Goal of the exercise: Below are lines of data, and only some are wanted. Please repeat exactly those from the line that has "# Sketch2 →" through the line that has "(88.9, 88.9), align=None)".

--- Extracted information ---

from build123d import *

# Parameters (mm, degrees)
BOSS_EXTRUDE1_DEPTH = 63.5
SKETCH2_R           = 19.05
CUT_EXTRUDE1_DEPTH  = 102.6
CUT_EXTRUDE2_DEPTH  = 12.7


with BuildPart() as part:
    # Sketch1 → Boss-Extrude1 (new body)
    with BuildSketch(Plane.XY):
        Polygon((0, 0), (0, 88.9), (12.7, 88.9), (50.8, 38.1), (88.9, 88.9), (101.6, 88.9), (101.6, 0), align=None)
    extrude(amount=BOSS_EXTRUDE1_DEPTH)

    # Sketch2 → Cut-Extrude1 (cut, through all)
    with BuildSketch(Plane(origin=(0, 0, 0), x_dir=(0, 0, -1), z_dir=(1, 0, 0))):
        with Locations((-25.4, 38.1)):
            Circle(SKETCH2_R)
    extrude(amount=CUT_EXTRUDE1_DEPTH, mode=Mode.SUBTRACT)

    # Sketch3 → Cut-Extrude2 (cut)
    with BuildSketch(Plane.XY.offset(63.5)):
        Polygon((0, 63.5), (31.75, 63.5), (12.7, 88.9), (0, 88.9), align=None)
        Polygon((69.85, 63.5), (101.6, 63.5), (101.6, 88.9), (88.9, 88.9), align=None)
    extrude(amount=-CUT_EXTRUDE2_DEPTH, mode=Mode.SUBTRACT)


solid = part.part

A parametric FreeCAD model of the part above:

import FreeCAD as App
import Part
import Sketcher

V = App.Vector
Q = App.Units.Quantity


def add_polygon(sketch, points):
    """Adds a closed chain of lines whose ends are joined by coincident constraints."""
    first, n = sketch.GeometryCount, len(points)
    for a, b in zip(points, points[1:] + points[:1]):
        sketch.addGeometry(Part.LineSegment(App.Vector(*a, 0), App.Vector(*b, 0)), False)
    for i in range(n):
        sketch.addConstraint(Sketcher.Constraint("Coincident", first + i, 2, first + (i + 1) % n, 1))

doc = App.newDocument("Part")
params = doc.addObject("Spreadsheet::Sheet", "Params")
for row, (alias, value) in enumerate([
    ("sketch1_width", "4 in"),
    ("sketch1_width2", "0.5 in"),
    ("sketch1_height", "3.5 in"),
    ("pad1_length", "2.5 in"),
    ("sketch2_diameter", "1.5 in"),
    ("sketch3_height", "1 in"),
    ("sketch3_width", "0.5 in"),
    ("sketch3_width2", "1.25 in"),
    ("pocket2_length", "0.5 in"),
], start=1):
    params.set(f"A{row}", alias)
    params.set(f"B{row}", "=" + value)
    params.setAlias(f"B{row}", alias)

body = doc.addObject("PartDesign::Body", "Body")

# Sketch on XY plane
sketch1 = body.newObject("Sketcher::SketchObject", "Sketch")
sketch1.AttachmentSupport = (doc.getObject("XY_Plane"), [""])
sketch1.MapMode = "FlatFace"
add_polygon(sketch1, [(0, 88.9), (0, 0), (101.6, 0), (101.6, 88.9), (88.9, 88.9), (50.8, 38.1), (12.7, 88.9)])  # lines 0-6
sketch1.addConstraint(Sketcher.Constraint("Vertical", 0))
sketch1.addConstraint(Sketcher.Constraint("Horizontal", 1))
sketch1.addConstraint(Sketcher.Constraint("Vertical", 2))
sketch1.addConstraint(Sketcher.Constraint("Horizontal", 3))
sketch1.addConstraint(Sketcher.Constraint("Horizontal", 6))
sketch1.addConstraint(Sketcher.Constraint("Coincident", 0, 2, -1, 1))
sketch1.addConstraint(Sketcher.Constraint("Horizontal", 3, 2, 5, 2))
sketch1.addConstraint(Sketcher.Constraint("Equal", 3, 6))
sketch1.addConstraint(Sketcher.Constraint("Equal", 4, 5))
sketch1.addConstraint(Sketcher.Constraint("DistanceX", 1, 1, 1, 2, Q("4 in")))
sketch1.addConstraint(Sketcher.Constraint("DistanceX", 3, 2, 3, 1, Q("0.5 in")))
sketch1.addConstraint(Sketcher.Constraint("DistanceY", 0, 2, 0, 1, Q("3.5 in")))
sketch1.addConstraint(Sketcher.Constraint("DistanceY", 4, 2, 3, 2, Q("2 in")))
sketch1.setExpression("Constraints[16]", "Params.sketch1_width")
sketch1.setExpression("Constraints[17]", "Params.sketch1_width2")
sketch1.setExpression("Constraints[18]", "Params.sketch1_height")
pad1 = body.newObject("PartDesign::Pad", "Pad")
pad1.Profile = sketch1
pad1.setExpression("Length", "Params.pad1_length")

# Sketch on YZ plane
sketch2 = body.newObject("Sketcher::SketchObject", "Sketch001")
sketch2.AttachmentSupport = (doc.getObject("YZ_Plane"), [""])
sketch2.MapMode = "FlatFace"
sketch2.addGeometry(Part.Circle(V(38.1, 25.4, 0), V(0, 0, 1), 19.05), False)
sketch2.addConstraint(Sketcher.Constraint("Diameter", 0, Q("1.5 in")))
sketch2.addConstraint(Sketcher.Constraint("DistanceY", -1, 1, 0, 3, Q("1 in")))
sketch2.addConstraint(Sketcher.Constraint("DistanceX", -1, 1, 0, 3, Q("1.5 in")))
sketch2.setExpression("Constraints[0]", "Params.sketch2_diameter")
pocket1 = body.newObject("PartDesign::Pocket", "Pocket")
pocket1.Profile = sketch2
pocket1.Type = "ThroughAll"
pocket1.Reversed = True

# Sketch on XY plane
sketch3 = body.newObject("Sketcher::SketchObject", "Sketch002")
sketch3.AttachmentSupport = (doc.getObject("XY_Plane"), [""])
sketch3.MapMode = "FlatFace"
sketch3.AttachmentOffset = App.Placement(V(0, 0, 2.5 * 25.4), App.Rotation())
add_polygon(sketch3, [(0, 63.5), (31.75, 63.5), (12.7, 88.9), (0, 88.9)])  # lines 0-3
add_polygon(sketch3, [(69.85, 63.5), (101.6, 63.5), (101.6, 88.9), (88.9, 88.9)])  # lines 4-7
sketch3.addConstraint(Sketcher.Constraint("Horizontal", 0))
sketch3.addConstraint(Sketcher.Constraint("Horizontal", 2))
sketch3.addConstraint(Sketcher.Constraint("Vertical", 3))
sketch3.addConstraint(Sketcher.Constraint("Horizontal", 4))
sketch3.addConstraint(Sketcher.Constraint("Vertical", 5))
sketch3.addConstraint(Sketcher.Constraint("Horizontal", 6))
sketch3.addConstraint(Sketcher.Constraint("PointOnObject", 2, 2, -2))
sketch3.addConstraint(Sketcher.Constraint("Horizontal", 3, 2, 4, 2))
sketch3.addConstraint(Sketcher.Constraint("Horizontal", 2, 2, 5, 2))
sketch3.addConstraint(Sketcher.Constraint("Equal", 0, 4))
sketch3.addConstraint(Sketcher.Constraint("Equal", 2, 6))
sketch3.addConstraint(Sketcher.Constraint("DistanceY", 3, 2, 3, 1, Q("1 in")))
sketch3.addConstraint(Sketcher.Constraint("DistanceX", 2, 2, 2, 1, Q("0.5 in")))
sketch3.addConstraint(Sketcher.Constraint("DistanceX", -1, 1, 4, 2, Q("4 in")))
sketch3.addConstraint(Sketcher.Constraint("DistanceX", 0, 1, 0, 2, Q("1.25 in")))
sketch3.addConstraint(Sketcher.Constraint("DistanceY", -1, 1, 0, 2, Q("2.5 in")))
sketch3.setExpression("Constraints[19]", "Params.sketch3_height")
sketch3.setExpression("Constraints[20]", "Params.sketch3_width")
sketch3.setExpression("Constraints[22]", "Params.sketch3_width2")
pocket2 = body.newObject("PartDesign::Pocket", "Pocket001")
pocket2.Profile = sketch3
pocket2.setExpression("Length", "Params.pocket2_length")

doc.recompute()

---

Response box:
    # Sketch2 → Cut-Extrude1 (cut, through all)
    with BuildSketch(Plane(origin=(0, 0, 0), x_dir=(0, 0, -1), z_dir=(1, 0, 0))):
        with Locations((-25.4, 38.1)):
            Circle(SKETCH2_R)
    extrude(amount=CUT_EXTRUDE1_DEPTH, mode=Mode.SUBTRACT)

    # Sketch3 → Cut-Extrude2 (cut)
    with BuildSketch(Plane.XY.offset(63.5)):
        Polygon((0, 63.5), (31.75, 63.5), (12.7, 88.9), (0, 88.9), align=None)
        Polygon((69.85, 63.5), (101.6, 63.5), (101.6, 88.9), (88.9, 88.9), align=None)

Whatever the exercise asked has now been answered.